Israel High Tech Industry Growth Slowing Amid Manpower ShortageFeb. 21, 2016
Israel’s vaunted high tech sector, for years the main engine of economic growth, is witnessing a slowdown that may have longstanding impact on the country’s global position as the most innovative nation, the Finance Ministry warned in a report this week.
“The high tech revolution, that started in the nineties, led to rapid growth in research and development investment, employment and productivity, making a significant contribution to economic growth,” the report said. “However, in recent years the sector has shown a slowdown,” a trend reflected “in the erosion of Israel’s status as a leader in innovation.”
A 2015 report by the World Intellectual Property Organization ranked Israel 22nd out of 141 countries for innovation. Switzerland was the highest ranked, with the U.S., U.K. and Singapore in the top ten. In OECD rankings for the percentage of GDP spent on research and development, South Korea knocked Israel out of first place in 2013, the ministry said.
Technology, even as it slows, accounts for 40 percent of the country’s exports, which make up about a third of Israel’s GDP, according to government figures. About 12 percent of Israelis employed in the business sector work for technology companies. Technology exits last year were a record $15 billion, according to PwC Israel.

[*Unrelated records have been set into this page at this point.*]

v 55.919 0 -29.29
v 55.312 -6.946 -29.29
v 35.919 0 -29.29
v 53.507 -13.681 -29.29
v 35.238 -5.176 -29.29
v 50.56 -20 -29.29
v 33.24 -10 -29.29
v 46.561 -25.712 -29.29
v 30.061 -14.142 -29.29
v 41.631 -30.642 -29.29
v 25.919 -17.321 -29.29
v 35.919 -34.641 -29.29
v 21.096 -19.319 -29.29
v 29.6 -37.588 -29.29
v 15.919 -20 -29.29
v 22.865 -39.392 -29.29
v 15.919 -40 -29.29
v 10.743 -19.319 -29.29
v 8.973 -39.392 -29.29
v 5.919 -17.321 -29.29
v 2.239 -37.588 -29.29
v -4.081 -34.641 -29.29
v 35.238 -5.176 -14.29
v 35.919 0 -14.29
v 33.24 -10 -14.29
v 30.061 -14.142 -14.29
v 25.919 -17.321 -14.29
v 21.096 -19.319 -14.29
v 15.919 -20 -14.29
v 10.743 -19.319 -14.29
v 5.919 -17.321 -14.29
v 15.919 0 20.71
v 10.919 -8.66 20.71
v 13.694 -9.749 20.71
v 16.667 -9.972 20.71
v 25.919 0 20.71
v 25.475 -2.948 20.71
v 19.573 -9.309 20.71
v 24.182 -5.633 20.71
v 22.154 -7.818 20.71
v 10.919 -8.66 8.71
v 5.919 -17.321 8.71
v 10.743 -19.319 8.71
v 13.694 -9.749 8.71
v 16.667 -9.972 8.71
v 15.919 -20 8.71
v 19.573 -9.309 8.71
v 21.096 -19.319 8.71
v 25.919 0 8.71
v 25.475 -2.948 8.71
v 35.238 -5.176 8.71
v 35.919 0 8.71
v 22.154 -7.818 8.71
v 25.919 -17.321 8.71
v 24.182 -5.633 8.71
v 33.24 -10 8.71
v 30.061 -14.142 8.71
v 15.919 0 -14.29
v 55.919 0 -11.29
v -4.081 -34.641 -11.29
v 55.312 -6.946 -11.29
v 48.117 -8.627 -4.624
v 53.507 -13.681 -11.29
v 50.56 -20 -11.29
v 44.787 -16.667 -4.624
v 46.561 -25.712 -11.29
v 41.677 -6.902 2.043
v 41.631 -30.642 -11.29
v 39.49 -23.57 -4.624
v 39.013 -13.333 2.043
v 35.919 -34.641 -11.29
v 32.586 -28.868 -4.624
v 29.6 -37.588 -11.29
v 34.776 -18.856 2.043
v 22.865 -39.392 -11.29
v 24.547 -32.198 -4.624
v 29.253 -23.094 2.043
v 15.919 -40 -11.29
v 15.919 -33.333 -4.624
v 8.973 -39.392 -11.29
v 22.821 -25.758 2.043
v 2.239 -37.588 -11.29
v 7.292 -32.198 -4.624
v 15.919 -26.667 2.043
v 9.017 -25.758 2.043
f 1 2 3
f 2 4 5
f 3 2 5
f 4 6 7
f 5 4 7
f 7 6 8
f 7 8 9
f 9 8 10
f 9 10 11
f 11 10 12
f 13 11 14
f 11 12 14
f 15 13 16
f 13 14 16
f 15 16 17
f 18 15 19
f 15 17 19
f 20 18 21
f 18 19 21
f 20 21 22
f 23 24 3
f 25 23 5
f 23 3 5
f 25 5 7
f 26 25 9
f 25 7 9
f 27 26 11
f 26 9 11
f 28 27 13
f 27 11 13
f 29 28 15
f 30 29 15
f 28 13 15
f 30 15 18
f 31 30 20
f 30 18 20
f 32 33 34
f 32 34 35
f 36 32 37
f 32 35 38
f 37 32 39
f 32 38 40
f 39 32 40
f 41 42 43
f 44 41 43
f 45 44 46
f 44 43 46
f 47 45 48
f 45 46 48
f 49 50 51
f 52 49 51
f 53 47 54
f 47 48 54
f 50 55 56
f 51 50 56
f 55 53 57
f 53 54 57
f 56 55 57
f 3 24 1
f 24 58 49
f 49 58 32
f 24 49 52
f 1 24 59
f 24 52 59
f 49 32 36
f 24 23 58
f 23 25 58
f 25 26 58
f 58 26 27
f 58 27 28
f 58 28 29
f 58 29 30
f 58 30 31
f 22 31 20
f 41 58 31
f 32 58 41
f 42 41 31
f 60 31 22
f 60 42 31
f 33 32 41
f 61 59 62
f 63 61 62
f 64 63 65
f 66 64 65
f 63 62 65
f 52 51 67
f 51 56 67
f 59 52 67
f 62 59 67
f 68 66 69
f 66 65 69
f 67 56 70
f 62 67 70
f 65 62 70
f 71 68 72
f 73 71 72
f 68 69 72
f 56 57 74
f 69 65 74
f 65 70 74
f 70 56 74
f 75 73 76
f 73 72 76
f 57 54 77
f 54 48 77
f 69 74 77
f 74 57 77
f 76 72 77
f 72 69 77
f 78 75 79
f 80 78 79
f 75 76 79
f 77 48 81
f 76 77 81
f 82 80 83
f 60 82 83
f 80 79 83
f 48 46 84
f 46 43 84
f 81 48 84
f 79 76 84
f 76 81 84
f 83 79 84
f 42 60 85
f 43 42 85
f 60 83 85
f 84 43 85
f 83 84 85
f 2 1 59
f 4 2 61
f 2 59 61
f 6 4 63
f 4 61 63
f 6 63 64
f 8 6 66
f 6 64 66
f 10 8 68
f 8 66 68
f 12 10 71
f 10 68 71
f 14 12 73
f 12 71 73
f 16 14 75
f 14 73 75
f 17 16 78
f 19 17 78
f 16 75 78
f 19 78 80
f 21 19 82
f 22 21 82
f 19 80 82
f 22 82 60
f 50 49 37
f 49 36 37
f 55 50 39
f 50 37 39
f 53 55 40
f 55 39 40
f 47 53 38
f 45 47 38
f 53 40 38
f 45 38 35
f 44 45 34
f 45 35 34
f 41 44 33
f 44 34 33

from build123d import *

# Parameters (mm, degrees)
F1_ANGLE = 120


with BuildPart() as f1:
    # F0 (on Front) → F1 (revolve)
    with BuildSketch(Plane.XZ):
        Polygon((25.919337, 20.709641), (15.919337, 20.709641), (15.919337, -14.290359), (35.919337, -14.290359), (35.919337, -29.290359), (55.919337, -29.290359), (55.919337, -11.290359), (35.919337, 8.709641), (25.919337, 8.709641), align=None)
    revolve(axis=Axis((15.919337, 0, 3.209641), (0, 0, -1)), revolution_arc=F1_ANGLE)


solid = f1.part
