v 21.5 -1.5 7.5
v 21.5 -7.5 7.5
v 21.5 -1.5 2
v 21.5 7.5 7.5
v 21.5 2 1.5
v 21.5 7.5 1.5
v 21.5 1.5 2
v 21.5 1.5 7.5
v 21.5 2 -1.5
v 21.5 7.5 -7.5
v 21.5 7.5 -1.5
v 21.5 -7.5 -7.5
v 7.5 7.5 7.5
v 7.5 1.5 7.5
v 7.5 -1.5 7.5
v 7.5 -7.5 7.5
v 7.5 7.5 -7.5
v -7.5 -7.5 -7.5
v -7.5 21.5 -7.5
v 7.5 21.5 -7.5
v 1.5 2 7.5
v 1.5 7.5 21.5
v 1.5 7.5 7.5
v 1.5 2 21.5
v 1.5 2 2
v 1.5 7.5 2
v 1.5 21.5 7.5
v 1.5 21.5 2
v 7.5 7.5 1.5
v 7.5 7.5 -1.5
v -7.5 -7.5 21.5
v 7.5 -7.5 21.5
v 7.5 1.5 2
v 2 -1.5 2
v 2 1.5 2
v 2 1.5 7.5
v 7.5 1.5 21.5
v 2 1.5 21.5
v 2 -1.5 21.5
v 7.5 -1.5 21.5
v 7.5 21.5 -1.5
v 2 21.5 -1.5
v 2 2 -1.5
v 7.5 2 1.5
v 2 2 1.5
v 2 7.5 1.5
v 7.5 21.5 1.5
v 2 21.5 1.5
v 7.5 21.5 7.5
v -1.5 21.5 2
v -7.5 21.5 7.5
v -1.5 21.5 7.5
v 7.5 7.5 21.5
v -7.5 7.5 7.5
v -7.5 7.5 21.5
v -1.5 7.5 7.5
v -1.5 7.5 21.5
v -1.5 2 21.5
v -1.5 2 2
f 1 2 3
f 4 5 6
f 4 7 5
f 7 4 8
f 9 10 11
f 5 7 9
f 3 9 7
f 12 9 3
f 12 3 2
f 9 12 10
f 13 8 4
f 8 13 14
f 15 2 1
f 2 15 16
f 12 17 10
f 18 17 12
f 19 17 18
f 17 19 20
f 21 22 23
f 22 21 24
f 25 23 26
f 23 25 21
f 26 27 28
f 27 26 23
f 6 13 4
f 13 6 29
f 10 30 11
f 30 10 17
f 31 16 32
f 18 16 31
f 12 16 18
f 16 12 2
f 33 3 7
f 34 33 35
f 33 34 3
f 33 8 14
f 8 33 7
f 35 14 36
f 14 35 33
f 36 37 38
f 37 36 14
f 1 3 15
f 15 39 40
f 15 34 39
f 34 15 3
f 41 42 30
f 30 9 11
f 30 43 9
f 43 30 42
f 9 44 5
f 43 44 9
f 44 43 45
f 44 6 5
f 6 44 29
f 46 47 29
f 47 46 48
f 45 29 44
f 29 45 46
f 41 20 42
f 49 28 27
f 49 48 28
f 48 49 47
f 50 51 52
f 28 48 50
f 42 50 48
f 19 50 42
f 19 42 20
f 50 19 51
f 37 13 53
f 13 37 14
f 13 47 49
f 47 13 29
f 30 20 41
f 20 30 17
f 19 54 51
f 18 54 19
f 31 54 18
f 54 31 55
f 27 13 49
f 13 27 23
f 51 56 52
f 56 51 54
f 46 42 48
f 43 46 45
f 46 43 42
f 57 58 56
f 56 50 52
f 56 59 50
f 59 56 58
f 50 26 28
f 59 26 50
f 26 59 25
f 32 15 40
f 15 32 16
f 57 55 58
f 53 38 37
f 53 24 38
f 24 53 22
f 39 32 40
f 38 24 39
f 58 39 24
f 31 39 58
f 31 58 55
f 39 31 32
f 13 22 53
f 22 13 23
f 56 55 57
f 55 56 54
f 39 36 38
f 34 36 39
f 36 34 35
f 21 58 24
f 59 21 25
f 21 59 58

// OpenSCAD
$fn = 20;
union()
{
  translate(v = [11.5, 0, 0])
  {
    difference()
    {
      difference()
      {
        cube(size = [20, 15, 15], center = true);
        translate(v = [0, 0, 5.5])
        {
          cube(size = [21, 3, 7], center = true);
        }
      }
      rotate(a = [-90, 0, 0], v = undef)
      {
        translate(v = [0, 0, 5.5])
        {
          cube(size = [21, 3, 7], center = true);
        }
      }
    }
  }
  translate(v = [0, 11.5, 0])
  {
    rotate(a = [90, 0, 90], v = undef)
    {
      difference()
      {
        difference()
        {
          cube(size = [20, 15, 15], center = true);
          translate(v = [0, 0, 5.5])
          {
            cube(size = [21, 3, 7], center = true);
          }
        }
        rotate(a = [-90, 0, 0], v = undef)
        {
          translate(v = [0, 0, 5.5])
          {
            cube(size = [21, 3, 7], center = true);
          }
        }
      }
    }
  }
  translate(v = [-2.95, -2.95, 0])
  {
    cube(size = [9.1, 9.1, 15], center = true);
  }
  translate(v = [0, 0, 11.5])
  {
    rotate(a = [0, 90, 0], v = undef)
    {
      difference()
      {
        difference()
        {
          cube(size = [20, 15, 15], center = true);
          translate(v = [0, 0, 5.5])
          {
            cube(size = [21, 3, 7], center = true);
          }
        }
        rotate(a = [-90, 0, 0], v = undef)
        {
          translate(v = [0, 0, 5.5])
          {
            cube(size = [21, 3, 7], center = true);
          }
        }
      }
    }
  }
}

Israel needs to “devise a long-term policy to address core problems, including encouragement of technology education, attracting multinational companies, encouraging investments by institutions, etc,” said Karin Mayer Rubinstein, chief executive officer of Israel Advanced Technology Industries, the umbrella organization for technology and life sciences sectors. IATI in June said about 10,000 engineers are needed on top of the current 20,000 to ensure the sector can grow.